### ASSIGNMENT
Reproduce, exactly and in full, only the lines below from the one containing "f 151 213 35" through the one containing "f 162 242 241".

Stored data entries
--- --- ---
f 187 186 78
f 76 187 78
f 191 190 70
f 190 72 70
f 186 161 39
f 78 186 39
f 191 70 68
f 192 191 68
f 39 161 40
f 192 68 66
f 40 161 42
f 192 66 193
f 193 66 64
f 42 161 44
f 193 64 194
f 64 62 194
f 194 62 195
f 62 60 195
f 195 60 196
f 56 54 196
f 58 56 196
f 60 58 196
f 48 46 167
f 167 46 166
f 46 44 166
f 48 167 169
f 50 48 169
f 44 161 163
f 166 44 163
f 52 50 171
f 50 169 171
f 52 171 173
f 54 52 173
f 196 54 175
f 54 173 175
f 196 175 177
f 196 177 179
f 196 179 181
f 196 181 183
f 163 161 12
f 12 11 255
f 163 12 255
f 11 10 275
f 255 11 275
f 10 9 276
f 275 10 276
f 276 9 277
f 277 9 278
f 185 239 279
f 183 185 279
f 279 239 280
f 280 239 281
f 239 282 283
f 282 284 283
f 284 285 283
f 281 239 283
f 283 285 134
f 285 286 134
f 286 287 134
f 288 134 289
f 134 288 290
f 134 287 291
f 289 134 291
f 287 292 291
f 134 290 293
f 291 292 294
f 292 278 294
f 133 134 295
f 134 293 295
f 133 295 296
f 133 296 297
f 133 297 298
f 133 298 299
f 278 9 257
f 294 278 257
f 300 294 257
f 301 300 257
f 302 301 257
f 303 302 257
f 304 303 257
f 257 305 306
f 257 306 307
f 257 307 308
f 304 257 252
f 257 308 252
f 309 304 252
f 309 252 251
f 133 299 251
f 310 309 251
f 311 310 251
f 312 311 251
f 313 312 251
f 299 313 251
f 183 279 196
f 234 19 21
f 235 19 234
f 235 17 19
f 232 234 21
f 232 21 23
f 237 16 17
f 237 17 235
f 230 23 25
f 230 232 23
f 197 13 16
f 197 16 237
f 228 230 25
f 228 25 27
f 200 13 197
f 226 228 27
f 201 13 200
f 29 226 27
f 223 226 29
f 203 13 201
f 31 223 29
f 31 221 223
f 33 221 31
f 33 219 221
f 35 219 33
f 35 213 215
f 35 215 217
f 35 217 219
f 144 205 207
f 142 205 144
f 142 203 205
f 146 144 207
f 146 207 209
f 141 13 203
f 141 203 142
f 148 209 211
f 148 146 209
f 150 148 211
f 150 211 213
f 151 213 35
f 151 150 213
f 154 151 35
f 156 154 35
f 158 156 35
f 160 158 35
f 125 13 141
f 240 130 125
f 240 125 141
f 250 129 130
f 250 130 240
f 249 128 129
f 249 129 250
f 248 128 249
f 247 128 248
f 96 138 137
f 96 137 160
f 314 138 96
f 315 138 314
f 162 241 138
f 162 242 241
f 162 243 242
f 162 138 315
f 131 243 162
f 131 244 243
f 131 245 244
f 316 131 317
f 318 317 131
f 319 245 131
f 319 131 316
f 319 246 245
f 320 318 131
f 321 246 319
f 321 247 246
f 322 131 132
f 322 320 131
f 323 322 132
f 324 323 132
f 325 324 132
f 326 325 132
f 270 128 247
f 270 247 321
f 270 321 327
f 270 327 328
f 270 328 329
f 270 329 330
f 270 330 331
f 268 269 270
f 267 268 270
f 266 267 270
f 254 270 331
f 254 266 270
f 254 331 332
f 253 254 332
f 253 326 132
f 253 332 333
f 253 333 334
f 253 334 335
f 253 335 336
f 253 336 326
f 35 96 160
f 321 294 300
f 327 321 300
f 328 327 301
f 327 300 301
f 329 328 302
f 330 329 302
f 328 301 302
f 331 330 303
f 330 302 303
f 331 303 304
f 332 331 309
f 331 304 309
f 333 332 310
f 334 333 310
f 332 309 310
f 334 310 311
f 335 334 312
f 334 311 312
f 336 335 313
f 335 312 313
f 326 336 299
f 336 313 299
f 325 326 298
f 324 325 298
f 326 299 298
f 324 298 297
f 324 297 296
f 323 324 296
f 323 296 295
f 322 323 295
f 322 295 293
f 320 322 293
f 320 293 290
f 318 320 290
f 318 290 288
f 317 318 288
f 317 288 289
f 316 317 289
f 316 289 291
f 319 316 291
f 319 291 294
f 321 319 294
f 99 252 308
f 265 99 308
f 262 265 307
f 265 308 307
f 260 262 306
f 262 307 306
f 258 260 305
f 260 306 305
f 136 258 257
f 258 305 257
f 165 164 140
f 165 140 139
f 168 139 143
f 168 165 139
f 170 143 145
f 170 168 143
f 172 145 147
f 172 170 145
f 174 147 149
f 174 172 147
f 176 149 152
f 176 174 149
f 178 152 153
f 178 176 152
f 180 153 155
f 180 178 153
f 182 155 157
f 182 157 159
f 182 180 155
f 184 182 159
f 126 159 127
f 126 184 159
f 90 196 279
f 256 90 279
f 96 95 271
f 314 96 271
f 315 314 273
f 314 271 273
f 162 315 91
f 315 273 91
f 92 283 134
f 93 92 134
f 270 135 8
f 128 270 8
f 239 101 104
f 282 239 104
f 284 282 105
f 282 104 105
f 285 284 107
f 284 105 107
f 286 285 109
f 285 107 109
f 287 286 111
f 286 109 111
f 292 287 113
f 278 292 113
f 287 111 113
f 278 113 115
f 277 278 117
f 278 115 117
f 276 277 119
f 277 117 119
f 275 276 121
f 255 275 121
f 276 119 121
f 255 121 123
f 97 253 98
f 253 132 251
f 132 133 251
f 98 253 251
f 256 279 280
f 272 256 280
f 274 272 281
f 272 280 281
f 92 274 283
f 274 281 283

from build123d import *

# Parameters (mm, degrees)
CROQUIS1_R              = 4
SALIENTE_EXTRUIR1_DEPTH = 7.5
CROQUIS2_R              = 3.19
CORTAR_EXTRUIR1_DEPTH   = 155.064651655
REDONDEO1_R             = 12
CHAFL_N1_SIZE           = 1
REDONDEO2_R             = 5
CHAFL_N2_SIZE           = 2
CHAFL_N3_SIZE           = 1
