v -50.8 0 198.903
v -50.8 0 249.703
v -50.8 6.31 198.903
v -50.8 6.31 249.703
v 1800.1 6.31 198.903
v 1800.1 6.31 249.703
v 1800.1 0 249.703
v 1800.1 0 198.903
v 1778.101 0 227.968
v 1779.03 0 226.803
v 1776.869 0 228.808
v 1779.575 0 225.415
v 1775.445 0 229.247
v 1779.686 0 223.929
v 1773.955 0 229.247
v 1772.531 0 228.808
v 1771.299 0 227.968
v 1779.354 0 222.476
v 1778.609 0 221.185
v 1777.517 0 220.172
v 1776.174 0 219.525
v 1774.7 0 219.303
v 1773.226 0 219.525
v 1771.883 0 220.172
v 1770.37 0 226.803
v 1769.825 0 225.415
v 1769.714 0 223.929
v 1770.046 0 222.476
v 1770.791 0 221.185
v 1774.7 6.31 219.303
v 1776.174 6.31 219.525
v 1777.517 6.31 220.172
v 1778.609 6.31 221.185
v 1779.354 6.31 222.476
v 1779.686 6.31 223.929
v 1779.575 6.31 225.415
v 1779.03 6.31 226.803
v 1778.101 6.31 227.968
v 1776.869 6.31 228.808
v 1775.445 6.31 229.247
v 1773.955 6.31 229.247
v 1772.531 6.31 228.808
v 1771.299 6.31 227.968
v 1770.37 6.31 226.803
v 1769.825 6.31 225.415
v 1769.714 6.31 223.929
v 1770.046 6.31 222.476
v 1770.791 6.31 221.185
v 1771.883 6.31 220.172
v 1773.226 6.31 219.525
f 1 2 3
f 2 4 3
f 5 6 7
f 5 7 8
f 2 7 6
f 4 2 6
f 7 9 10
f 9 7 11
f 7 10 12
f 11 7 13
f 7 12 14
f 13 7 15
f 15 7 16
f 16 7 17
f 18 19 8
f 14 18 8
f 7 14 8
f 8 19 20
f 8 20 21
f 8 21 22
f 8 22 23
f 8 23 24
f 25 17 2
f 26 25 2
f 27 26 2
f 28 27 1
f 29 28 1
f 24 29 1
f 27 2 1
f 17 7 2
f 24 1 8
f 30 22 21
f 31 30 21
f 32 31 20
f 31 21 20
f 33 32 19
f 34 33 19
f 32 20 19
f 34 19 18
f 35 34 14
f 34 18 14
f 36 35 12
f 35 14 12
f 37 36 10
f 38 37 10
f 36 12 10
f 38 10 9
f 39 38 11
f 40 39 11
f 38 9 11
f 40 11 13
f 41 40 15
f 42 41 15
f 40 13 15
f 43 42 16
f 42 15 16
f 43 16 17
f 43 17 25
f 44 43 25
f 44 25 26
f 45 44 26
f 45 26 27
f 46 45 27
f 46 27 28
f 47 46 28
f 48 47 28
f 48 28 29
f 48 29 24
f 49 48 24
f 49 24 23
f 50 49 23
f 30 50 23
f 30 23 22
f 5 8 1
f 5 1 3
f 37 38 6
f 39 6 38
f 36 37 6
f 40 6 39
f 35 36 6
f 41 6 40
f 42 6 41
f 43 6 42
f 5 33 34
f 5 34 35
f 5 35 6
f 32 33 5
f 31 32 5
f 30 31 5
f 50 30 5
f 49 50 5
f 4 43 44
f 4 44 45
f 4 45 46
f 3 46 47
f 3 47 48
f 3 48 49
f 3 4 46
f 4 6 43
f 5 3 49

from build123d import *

# Parameters (mm, degrees)
SALIENTE_EXTRUIR1_DEPTH    = 6.31
SALIENTE_EXTRUIR2_DEPTH    = 50.8
SALIENTE_EXTRUIR3_DEPTH    = 50.8
CROQUIS4_W                 = 50.8
CROQUIS4_H                 = 6.31
SALIENTE_EXTRUIR4_DEPTH    = 50.8
CROQUIS7_R                 = 5
CORTAR_EXTRUIR3_DEPTH      = 50
CROQUIS8_R                 = 5
CORTAR_EXTRUIR4_DEPTH      = 24
CROQUIS9_W                 = 50.8
CROQUIS9_H                 = 6.31
SALIENTE_EXTRUIR5_DEPTH    = 6.45
CORTAR_EXTRUIR6_DEPTH      = 108
CORTAR_EXTRUIR7_DEPTH      = 108
CORTAR_EXTRUIR7_DEPTH_BACK = 108
CROQUIS12_W                = 50.8
CROQUIS12_H                = 198.902795


with BuildPart() as part:
    # Croquis1 → Saliente-Extruir1 (new body)
    with BuildSketch(Plane(origin=(0, 0, 0), x_dir=(1, 0, 0), z_dir=(0, 1, 0))):
        Polygon((1742.85, -198.902795), (1742.85, -249.702795), (-50.8, -249.702795), (-50.8, 0), (0, 0), (0, -198.902795), align=None)
    extrude(amount=SALIENTE_EXTRUIR1_DEPTH)

    # Croquis2 → Saliente-Extruir2 (add)
    with BuildSketch(Plane.ZY.offset(50.8)):
        Polygon((0, 6.31), (0, 132.55), (-32.572440357, 197.880208397), (-26.925404535, 200.695716598), (6.31, 134.035807771), (6.31, 6.31), align=None)
    extrude(amount=-SALIENTE_EXTRUIR2_DEPTH)

    # Croquis4 → Saliente-Extruir4 (add)
    with BuildSketch(Plane(origin=(1742.85, 0, 0), x_dir=(0, 0, -1), z_dir=(1, 0, 0))):
        with Locations((-224.302795, 3.155)):
            Rectangle(CROQUIS4_W, CROQUIS4_H)
    extrude(amount=SALIENTE_EXTRUIR4_DEPTH)

    # Croquis7 → Cortar-Extruir3 (cut)
    with BuildSketch(Plane(origin=(0, 0, 0), x_dir=(-1, 0, 0), z_dir=(0, -1, 0))):
        with Locations((-1774.7, -224.302795)):
            Circle(CROQUIS7_R)
    extrude(amount=-CORTAR_EXTRUIR3_DEPTH, mode=Mode.SUBTRACT)


with BuildPart() as body_2:
    # Croquis3 → Saliente-Extruir3 (new body)
    with BuildSketch(Plane.ZY.offset(50.8)):
        Polygon((6.41, 6.41), (6.41, 134.059354646), (-26.835911099, 200.740336379), (-21.188875277, 203.55584458), (12.72, 135.545162417), (12.72, 6.41), align=None)
    extrude(amount=-SALIENTE_EXTRUIR3_DEPTH)


with BuildPart() as cortar_extruir4_tool:
    # Croquis8 → Cortar-Extruir4 (new body)
    with BuildSketch(Plane.XY.offset(12.72)):
        with Locations((-38.1, 98.1)):
            Circle(CROQUIS8_R)
        with Locations((-12.7, 36.91)):
            Circle(CROQUIS8_R)
    extrude(amount=-CORTAR_EXTRUIR4_DEPTH)


with BuildPart() as part_1:
    add(part.part)

    # Cortar-Extruir4: cut by cortar_extruir4_tool
    add(cortar_extruir4_tool.part, mode=Mode.SUBTRACT)

    # Croquis9 → Saliente-Extruir5 (add)
    with BuildSketch(Plane(origin=(1793.65, 0, 0), x_dir=(0, 0, -1), z_dir=(1, 0, 0))):
        with Locations((-224.302795, 3.155)):
            Rectangle(CROQUIS9_W, CROQUIS9_H)
    extrude(amount=SALIENTE_EXTRUIR5_DEPTH)


with BuildPart() as body_2_1:
    add(body_2.part)

    # Cortar-Extruir4: cut by cortar_extruir4_tool
    add(cortar_extruir4_tool.part, mode=Mode.SUBTRACT)


with BuildPart() as cortar_extruir6_tool:
    # Croquis11 → Cortar-Extruir6 (new body)
    with BuildSketch(Plane.XY.offset(12.72)):
        Polygon((-50.8, 6.41), (0, 6.31), (0, 211.944922599), (-50.8, 211.944922599), align=None)
    extrude(amount=-CORTAR_EXTRUIR6_DEPTH)


with BuildPart() as part_2:
    add(part_1.part)

    # Cortar-Extruir6: cut by cortar_extruir6_tool
    add(cortar_extruir6_tool.part, mode=Mode.SUBTRACT)

    # Croquis12 → Cortar-Extruir7 (cut, two sides: drawn at the far end of the back side and taken through both)
    with BuildSketch(Plane(origin=(0, 6.31, 0), x_dir=(1, 0, 0), z_dir=(0, 1, 0)).offset(-CORTAR_EXTRUIR7_DEPTH_BACK)):
        with Locations((-25.4, -99.4513975)):
            Rectangle(CROQUIS12_W, CROQUIS12_H)
    extrude(amount=CORTAR_EXTRUIR7_DEPTH + CORTAR_EXTRUIR7_DEPTH_BACK, mode=Mode.SUBTRACT)


with BuildPart() as body_2_2:
    add(body_2_1.part)

    # Cortar-Extruir6: cut by cortar_extruir6_tool
    add(cortar_extruir6_tool.part, mode=Mode.SUBTRACT)


solid = part_2.part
--- --- ---
### SOLUTION TO THIS EXERCISE
f 151 213 35
f 151 150 213
f 154 151 35
f 156 154 35
f 158 156 35
f 160 158 35
f 125 13 141
f 240 130 125
f 240 125 141
f 250 129 130
f 250 130 240
f 249 128 129
f 249 129 250
f 248 128 249
f 247 128 248
f 96 138 137
f 96 137 160
f 314 138 96
f 315 138 314
f 162 241 138
f 162 242 241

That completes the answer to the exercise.